Between the line containing "v -1.05 0 20.964" and the line containing "v 0.415 0 20.203" lies a run of lines; give that run again exactly, with both of those lines, and nothing else from the entries below.

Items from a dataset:
——

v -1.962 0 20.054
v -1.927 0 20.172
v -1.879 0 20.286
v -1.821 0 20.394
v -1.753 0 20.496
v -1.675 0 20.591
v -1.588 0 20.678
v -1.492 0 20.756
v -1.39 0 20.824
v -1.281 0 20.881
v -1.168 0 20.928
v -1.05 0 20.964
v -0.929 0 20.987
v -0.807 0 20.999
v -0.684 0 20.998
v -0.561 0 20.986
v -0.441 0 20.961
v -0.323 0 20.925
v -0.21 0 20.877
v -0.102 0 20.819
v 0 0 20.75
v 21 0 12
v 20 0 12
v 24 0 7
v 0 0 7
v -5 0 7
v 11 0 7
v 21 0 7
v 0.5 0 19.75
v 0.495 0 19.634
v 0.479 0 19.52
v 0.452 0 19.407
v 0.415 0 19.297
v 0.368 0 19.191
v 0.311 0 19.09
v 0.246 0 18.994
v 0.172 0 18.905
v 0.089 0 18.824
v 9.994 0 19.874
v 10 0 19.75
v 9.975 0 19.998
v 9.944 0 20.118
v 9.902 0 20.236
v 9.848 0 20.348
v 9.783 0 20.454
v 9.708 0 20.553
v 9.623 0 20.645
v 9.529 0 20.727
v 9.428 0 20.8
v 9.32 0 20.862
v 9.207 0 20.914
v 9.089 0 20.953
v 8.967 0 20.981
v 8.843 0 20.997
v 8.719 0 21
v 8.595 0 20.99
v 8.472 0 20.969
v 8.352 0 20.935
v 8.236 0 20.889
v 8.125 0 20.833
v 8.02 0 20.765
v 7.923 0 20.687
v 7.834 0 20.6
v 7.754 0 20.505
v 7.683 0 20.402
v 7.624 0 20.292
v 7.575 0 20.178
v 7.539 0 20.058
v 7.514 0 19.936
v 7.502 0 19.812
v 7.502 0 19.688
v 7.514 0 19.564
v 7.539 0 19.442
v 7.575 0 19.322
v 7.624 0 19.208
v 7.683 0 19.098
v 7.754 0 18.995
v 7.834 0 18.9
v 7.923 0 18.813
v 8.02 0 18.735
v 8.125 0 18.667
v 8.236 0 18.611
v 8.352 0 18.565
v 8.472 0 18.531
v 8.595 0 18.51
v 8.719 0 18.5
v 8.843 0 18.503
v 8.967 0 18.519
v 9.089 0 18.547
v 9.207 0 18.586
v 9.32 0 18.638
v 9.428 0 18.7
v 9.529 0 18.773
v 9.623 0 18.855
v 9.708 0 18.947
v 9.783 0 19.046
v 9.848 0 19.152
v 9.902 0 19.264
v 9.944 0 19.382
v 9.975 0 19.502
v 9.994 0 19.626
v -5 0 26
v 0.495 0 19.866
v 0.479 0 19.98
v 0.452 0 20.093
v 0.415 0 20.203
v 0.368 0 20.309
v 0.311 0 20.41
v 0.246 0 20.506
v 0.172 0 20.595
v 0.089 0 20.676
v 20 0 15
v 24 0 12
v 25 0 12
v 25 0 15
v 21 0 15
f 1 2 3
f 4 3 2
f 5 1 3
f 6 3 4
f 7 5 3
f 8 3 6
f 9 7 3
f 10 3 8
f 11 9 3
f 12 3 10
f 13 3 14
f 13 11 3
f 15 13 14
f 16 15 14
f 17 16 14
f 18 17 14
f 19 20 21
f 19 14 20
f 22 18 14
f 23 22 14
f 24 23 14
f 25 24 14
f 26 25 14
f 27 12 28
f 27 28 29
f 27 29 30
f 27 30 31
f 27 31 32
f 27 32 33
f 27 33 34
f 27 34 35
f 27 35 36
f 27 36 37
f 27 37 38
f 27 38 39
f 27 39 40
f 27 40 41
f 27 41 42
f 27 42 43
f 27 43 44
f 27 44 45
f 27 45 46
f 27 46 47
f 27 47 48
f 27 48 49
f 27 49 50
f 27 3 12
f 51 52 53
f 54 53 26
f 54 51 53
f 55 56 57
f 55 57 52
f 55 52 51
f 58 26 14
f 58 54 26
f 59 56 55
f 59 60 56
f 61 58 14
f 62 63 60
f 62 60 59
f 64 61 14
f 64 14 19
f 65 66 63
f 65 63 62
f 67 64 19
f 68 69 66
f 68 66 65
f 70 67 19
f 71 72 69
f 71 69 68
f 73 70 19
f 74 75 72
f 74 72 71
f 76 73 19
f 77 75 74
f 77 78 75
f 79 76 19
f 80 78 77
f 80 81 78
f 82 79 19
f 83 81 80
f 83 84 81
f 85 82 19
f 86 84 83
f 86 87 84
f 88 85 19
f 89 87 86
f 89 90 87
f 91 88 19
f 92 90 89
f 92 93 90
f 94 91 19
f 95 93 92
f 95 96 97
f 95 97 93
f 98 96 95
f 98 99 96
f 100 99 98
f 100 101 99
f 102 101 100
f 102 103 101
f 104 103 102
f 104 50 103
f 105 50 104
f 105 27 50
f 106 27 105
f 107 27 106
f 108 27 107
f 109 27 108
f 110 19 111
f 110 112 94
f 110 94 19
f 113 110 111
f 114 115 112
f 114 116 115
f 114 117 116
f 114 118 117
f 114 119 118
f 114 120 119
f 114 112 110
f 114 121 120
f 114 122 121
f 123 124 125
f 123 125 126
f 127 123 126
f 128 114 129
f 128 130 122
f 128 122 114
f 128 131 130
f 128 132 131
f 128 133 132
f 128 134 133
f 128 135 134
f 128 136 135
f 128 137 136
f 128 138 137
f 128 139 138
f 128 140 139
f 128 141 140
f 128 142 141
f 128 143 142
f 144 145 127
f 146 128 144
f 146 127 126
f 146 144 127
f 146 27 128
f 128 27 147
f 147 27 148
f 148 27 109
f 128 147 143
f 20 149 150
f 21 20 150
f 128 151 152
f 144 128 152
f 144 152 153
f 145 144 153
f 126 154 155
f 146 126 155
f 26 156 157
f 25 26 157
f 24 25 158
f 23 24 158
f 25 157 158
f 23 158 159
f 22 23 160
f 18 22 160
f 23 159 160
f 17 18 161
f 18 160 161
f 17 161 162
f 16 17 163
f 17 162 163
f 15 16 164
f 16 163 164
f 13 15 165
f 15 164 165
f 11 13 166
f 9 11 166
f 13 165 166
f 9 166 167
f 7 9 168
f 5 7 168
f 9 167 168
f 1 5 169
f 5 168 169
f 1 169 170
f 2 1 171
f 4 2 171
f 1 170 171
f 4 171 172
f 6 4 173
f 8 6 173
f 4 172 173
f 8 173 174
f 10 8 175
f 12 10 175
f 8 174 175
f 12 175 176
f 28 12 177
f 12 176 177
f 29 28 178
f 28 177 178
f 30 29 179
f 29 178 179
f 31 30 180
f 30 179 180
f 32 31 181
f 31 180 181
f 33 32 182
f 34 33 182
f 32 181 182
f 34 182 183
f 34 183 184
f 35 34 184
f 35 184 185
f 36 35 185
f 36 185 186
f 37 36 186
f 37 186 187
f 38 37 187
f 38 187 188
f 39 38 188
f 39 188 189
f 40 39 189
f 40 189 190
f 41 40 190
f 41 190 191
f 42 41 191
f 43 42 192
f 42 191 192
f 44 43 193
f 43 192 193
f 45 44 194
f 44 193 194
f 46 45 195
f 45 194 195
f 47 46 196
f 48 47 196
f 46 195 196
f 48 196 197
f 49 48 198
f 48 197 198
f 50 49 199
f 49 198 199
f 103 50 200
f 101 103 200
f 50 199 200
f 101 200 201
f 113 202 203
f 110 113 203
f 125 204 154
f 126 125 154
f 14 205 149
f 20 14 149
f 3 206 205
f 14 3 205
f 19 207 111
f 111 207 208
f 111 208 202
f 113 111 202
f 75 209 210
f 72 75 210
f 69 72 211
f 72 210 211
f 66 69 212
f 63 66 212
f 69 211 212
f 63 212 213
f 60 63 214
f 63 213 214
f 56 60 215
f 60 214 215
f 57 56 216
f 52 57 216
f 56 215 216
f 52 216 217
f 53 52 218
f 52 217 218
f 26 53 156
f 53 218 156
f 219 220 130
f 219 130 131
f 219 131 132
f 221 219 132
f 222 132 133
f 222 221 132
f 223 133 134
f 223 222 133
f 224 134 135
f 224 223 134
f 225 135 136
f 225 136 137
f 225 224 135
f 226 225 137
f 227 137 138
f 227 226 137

——

(TASK ANSWER)
v -1.05 0 20.964
v -0.929 0 20.987
v -0.807 0 20.999
v -0.684 0 20.998
v -0.561 0 20.986
v -0.441 0 20.961
v -0.323 0 20.925
v -0.21 0 20.877
v -0.102 0 20.819
v 0 0 20.75
v 21 0 12
v 20 0 12
v 24 0 7
v 0 0 7
v -5 0 7
v 11 0 7
v 21 0 7
v 0.5 0 19.75
v 0.495 0 19.634
v 0.479 0 19.52
v 0.452 0 19.407
v 0.415 0 19.297
v 0.368 0 19.191
v 0.311 0 19.09
v 0.246 0 18.994
v 0.172 0 18.905
v 0.089 0 18.824
v 9.994 0 19.874
v 10 0 19.75
v 9.975 0 19.998
v 9.944 0 20.118
v 9.902 0 20.236
v 9.848 0 20.348
v 9.783 0 20.454
v 9.708 0 20.553
v 9.623 0 20.645
v 9.529 0 20.727
v 9.428 0 20.8
v 9.32 0 20.862
v 9.207 0 20.914
v 9.089 0 20.953
v 8.967 0 20.981
v 8.843 0 20.997
v 8.719 0 21
v 8.595 0 20.99
v 8.472 0 20.969
v 8.352 0 20.935
v 8.236 0 20.889
v 8.125 0 20.833
v 8.02 0 20.765
v 7.923 0 20.687
v 7.834 0 20.6
v 7.754 0 20.505
v 7.683 0 20.402
v 7.624 0 20.292
v 7.575 0 20.178
v 7.539 0 20.058
v 7.514 0 19.936
v 7.502 0 19.812
v 7.502 0 19.688
v 7.514 0 19.564
v 7.539 0 19.442
v 7.575 0 19.322
v 7.624 0 19.208
v 7.683 0 19.098
v 7.754 0 18.995
v 7.834 0 18.9
v 7.923 0 18.813
v 8.02 0 18.735
v 8.125 0 18.667
v 8.236 0 18.611
v 8.352 0 18.565
v 8.472 0 18.531
v 8.595 0 18.51
v 8.719 0 18.5
v 8.843 0 18.503
v 8.967 0 18.519
v 9.089 0 18.547
v 9.207 0 18.586
v 9.32 0 18.638
v 9.428 0 18.7
v 9.529 0 18.773
v 9.623 0 18.855
v 9.708 0 18.947
v 9.783 0 19.046
v 9.848 0 19.152
v 9.902 0 19.264
v 9.944 0 19.382
v 9.975 0 19.502
v 9.994 0 19.626
v -5 0 26
v 0.495 0 19.866
v 0.479 0 19.98
v 0.452 0 20.093
v 0.415 0 20.203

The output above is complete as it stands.